Buy a set of forceps - needle nose pliars sometimes are not long enough to get in tight spaces like these. You can get forceps at any decent fishing store.


----------



## Neil Tolhurst (Nov 28, 2014)

Thanks, Harry. That is helpful, it is very hard to see the attachment point on the lever. What photo program did you use to add the text balloon?


----------



## Neil Tolhurst (Nov 28, 2014)

*Ariens clutch spring fun*

Thanks, folks. Those ideas fit with what my son & I did Thursday morning after the spring broke. We'll have to do it again because the spring we installed from an old junker I have also broke within five minutes of running the machine. That was after about 90 minutes of installation struggle. The local shop has two of the springs in stock that I'll buy today. I think I'll also get a long needle nose plier to go along with my needle nose plier and forceps collection. If I find some anti-frustration or patience enhancement pills, I'll get some of those, too.


----------



## Harry (Nov 14, 2014)

Neil,

I have used a program a called SnagIt by Techsmith for years. Its cheap $30 or so for the latest version. 
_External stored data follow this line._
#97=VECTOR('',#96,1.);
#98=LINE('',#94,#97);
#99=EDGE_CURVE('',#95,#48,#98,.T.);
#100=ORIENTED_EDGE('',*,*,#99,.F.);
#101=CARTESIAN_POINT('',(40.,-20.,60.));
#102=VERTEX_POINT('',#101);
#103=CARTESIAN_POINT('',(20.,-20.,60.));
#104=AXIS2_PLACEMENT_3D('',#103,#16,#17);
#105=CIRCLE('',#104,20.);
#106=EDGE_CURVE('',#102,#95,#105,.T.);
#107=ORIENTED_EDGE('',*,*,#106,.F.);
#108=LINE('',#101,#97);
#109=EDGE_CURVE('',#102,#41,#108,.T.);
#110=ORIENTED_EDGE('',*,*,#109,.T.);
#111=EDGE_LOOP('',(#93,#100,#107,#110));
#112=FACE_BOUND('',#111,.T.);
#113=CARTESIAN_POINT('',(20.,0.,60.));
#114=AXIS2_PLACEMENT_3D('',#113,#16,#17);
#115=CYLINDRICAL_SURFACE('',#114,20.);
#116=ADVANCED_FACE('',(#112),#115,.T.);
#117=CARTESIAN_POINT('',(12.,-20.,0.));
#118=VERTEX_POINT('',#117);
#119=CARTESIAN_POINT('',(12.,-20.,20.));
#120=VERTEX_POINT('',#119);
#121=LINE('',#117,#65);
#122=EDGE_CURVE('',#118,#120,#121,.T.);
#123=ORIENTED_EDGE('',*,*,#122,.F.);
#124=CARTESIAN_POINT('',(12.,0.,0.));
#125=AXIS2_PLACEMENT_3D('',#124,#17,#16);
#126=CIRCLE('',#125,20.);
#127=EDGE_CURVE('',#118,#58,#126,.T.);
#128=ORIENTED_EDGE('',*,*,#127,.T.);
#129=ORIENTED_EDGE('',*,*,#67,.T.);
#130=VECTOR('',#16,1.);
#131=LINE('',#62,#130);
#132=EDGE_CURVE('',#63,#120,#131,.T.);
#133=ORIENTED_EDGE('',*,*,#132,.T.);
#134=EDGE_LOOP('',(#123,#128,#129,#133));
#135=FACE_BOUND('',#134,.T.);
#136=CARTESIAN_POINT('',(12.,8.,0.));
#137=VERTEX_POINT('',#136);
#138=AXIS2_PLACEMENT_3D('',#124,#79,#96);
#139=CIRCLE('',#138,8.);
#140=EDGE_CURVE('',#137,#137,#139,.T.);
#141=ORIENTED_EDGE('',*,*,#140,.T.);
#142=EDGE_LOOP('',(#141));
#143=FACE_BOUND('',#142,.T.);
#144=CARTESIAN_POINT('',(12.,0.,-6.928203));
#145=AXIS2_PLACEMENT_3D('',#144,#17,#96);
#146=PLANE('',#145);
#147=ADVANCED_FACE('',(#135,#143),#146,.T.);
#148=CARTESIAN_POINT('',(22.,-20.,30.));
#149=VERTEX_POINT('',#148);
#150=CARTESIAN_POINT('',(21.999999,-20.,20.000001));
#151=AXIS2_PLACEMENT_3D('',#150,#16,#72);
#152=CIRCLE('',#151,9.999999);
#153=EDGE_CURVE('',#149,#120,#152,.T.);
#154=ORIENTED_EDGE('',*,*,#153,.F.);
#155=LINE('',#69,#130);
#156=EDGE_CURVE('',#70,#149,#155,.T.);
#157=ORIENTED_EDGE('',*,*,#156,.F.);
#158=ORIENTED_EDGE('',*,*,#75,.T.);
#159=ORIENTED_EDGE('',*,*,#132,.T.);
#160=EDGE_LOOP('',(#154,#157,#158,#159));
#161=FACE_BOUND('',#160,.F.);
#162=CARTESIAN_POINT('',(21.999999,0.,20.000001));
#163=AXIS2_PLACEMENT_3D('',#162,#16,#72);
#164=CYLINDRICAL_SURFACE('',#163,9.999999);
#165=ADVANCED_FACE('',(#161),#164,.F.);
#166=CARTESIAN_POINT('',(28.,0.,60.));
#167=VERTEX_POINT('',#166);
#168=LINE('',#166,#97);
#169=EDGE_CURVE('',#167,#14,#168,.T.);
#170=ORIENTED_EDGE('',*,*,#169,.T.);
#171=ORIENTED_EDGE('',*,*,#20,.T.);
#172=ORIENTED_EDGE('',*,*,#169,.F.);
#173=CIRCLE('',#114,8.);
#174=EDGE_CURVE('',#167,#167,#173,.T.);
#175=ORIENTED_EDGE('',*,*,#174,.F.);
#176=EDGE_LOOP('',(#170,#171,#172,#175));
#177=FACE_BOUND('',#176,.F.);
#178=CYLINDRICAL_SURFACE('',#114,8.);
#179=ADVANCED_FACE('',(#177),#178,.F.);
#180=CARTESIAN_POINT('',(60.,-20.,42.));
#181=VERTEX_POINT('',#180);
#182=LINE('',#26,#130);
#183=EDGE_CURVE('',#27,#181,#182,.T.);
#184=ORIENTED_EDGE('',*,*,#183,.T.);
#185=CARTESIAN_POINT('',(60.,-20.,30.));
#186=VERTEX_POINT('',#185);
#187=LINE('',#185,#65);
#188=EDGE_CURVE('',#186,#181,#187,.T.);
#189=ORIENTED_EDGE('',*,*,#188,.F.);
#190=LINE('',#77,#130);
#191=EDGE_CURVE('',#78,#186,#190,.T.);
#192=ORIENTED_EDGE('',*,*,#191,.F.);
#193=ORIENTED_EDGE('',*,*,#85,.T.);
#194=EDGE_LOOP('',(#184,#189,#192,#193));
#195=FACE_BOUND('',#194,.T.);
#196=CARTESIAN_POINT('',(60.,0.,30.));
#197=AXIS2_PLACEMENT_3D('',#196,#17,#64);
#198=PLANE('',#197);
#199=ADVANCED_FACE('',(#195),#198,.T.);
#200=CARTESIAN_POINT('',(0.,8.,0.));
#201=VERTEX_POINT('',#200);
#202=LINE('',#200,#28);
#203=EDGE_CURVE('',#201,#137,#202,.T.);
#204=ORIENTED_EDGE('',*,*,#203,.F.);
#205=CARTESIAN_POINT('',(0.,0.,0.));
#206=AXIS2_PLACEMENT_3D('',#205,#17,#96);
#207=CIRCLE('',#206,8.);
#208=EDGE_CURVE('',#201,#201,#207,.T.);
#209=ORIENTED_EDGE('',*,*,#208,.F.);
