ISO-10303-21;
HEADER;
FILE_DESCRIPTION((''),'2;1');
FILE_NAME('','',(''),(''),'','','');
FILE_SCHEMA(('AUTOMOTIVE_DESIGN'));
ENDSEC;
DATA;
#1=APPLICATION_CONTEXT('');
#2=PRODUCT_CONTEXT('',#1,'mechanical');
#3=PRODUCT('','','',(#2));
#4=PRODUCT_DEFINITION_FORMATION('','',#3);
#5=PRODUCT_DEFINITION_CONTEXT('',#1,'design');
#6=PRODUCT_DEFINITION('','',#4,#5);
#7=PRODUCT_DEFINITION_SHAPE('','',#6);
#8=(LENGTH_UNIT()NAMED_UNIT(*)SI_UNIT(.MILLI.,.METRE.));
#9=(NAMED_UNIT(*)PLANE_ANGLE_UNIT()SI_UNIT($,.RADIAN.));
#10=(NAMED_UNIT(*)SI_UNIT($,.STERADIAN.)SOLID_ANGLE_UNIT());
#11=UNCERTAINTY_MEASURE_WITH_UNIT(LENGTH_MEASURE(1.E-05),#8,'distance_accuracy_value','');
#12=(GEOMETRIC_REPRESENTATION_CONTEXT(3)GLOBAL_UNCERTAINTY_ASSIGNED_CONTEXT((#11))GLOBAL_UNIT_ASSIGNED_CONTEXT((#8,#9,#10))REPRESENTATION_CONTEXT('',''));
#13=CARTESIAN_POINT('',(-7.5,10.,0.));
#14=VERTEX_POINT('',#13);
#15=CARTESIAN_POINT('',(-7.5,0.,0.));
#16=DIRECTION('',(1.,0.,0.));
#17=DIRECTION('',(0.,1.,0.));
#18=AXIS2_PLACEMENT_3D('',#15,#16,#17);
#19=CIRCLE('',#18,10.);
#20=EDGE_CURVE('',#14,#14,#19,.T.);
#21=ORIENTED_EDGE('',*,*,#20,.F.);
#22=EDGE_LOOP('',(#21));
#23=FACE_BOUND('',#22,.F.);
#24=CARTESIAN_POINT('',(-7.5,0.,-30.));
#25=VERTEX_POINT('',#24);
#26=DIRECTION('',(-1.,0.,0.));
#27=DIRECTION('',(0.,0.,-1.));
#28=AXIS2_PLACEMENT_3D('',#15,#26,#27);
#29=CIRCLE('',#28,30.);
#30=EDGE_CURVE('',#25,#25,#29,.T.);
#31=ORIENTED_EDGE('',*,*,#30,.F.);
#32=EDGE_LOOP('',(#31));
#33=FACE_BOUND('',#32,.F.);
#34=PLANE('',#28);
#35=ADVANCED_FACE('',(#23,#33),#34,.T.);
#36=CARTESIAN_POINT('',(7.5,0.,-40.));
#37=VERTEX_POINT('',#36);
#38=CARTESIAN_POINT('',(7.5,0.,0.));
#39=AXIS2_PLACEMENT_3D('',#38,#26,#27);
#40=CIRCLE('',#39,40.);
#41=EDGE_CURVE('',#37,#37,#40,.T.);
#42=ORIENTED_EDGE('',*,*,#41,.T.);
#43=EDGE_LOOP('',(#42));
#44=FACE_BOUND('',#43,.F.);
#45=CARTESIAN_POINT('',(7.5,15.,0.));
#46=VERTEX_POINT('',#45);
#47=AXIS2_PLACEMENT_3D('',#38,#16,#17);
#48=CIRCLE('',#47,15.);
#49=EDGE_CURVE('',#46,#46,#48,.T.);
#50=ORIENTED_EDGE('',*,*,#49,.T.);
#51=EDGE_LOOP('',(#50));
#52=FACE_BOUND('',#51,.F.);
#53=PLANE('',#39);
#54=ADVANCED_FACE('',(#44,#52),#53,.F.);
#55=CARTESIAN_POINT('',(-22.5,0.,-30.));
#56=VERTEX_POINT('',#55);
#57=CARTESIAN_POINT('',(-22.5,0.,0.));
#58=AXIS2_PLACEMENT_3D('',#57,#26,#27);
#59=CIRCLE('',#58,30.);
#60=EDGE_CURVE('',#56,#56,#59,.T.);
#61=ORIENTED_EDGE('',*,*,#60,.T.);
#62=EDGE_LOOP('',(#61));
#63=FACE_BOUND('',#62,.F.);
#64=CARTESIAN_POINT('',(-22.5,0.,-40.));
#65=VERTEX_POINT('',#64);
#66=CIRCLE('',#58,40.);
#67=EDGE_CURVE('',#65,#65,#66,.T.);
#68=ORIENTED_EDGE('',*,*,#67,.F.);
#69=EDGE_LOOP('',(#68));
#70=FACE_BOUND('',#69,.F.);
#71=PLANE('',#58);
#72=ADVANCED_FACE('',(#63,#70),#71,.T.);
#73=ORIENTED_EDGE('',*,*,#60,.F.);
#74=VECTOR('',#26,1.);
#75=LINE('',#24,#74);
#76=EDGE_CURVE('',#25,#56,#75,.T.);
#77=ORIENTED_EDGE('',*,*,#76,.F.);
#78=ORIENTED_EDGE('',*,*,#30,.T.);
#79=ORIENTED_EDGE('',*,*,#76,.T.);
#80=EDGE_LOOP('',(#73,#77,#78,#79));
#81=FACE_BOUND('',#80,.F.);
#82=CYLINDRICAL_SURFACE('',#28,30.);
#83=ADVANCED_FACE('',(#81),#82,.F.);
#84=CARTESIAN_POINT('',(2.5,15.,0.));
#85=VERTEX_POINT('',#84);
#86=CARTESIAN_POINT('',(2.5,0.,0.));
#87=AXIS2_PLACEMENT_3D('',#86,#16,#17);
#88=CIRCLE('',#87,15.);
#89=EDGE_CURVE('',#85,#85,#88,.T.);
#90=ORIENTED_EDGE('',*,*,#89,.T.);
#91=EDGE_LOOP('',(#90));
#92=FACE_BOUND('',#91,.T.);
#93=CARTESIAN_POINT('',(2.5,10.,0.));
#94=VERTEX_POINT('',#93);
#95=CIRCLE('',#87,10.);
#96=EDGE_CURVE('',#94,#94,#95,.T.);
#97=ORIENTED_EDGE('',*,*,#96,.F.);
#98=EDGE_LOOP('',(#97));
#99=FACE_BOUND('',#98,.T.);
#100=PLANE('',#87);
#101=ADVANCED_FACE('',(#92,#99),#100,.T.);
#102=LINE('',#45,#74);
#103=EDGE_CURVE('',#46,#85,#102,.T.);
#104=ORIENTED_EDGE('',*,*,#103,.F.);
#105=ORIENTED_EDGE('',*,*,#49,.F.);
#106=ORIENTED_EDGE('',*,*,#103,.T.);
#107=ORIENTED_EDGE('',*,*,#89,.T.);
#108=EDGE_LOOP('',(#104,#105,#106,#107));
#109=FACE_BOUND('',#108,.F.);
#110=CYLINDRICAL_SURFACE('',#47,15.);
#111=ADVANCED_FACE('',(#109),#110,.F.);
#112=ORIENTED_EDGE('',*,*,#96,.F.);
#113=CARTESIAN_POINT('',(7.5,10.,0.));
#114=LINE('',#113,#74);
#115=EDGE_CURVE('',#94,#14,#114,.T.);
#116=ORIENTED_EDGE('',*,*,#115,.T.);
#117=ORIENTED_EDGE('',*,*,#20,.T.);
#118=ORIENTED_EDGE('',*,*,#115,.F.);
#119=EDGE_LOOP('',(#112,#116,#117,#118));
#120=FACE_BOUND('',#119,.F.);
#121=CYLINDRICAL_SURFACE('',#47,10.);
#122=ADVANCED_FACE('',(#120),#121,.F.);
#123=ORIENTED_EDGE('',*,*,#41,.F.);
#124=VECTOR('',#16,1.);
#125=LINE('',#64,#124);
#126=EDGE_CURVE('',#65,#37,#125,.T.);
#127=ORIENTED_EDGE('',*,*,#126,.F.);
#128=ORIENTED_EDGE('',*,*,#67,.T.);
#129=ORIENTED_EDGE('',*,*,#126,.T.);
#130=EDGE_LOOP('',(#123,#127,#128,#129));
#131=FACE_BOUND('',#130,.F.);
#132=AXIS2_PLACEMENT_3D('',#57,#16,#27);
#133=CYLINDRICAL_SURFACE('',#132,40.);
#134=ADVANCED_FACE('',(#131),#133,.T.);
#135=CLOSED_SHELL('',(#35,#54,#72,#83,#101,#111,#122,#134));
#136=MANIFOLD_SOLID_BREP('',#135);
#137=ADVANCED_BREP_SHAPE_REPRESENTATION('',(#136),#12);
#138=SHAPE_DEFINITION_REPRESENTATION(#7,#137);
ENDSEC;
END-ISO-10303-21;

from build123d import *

# Parameters (mm, degrees)
F2_R     = 10
F3_DEPTH = 25
F2_R_2   = 15
F4_DEPTH = 5


with BuildPart() as f1:
    # F0 (on Front) → F1 (revolve)
    with BuildSketch(Plane.XZ):
        Polygon((7.5, 0), (-7.5, 0), (-7.5, -30), (-22.5, -30), (-22.5, -40), (7.5, -40), align=None)
    revolve(axis=Axis((0, 0, 0), (-1, 0, 0)))

    # F2 (on face) → F3 (cut)
    with BuildSketch(Plane.YZ.offset(7.5)):
        Circle(F2_R)
    extrude(amount=-F3_DEPTH, mode=Mode.SUBTRACT)

    # F2 (on face) → F4 (cut)
    with BuildSketch(Plane.YZ.offset(7.5)):
        Circle(F2_R_2)
        Circle(F2_R, mode=Mode.SUBTRACT)
    extrude(amount=-F4_DEPTH, mode=Mode.SUBTRACT)


solid = f1.part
I recommend the original spring part #*Ariens 08300400 *SG TENS .125X.437X5.5. Others will work but for the $11 -16 dollars do it once. With the proper tension and resilience. Its a good idea to have more than on hand. The same part is used in two locations on your machine.


----------



## Neil Tolhurst (Nov 28, 2014)

*Clutch spring replaced, machine back to work!*

Done! This time it wasn't too bad. The difference was using my telescoping inspection mirror and the long reach needle nose plier I bought today to get the rear end of the spring into the hidden hole. A conversation with an experienced mechanic at the local dealer this morning resulted in a small tip and the reassurance that there is no easy way. Two springs and a belt cost close to $50. The springs were $13 + each.


----------



## Harry (Nov 14, 2014)

Glad to hear that you are up and running. Treat her right and it will last a life time.


----------



## BobJoy (Feb 23, 2015)

I just had the same problem. I have the spring but can't figure where it connects. I could make my own rig with a few holes. Mine was bought 1968. 10m5 0011120


----------



## Harry (Nov 14, 2014)

Bob,

Did you get it figured out? THX 4 the thanks!


----------



## BobJoy (Feb 23, 2015)

Harry,

I presently pull on a clothline rope for clutch pressure. Works better than I thought it would. I'll be drilling some holes to connect my spring after it stops snowing several times a week , near boston.


----------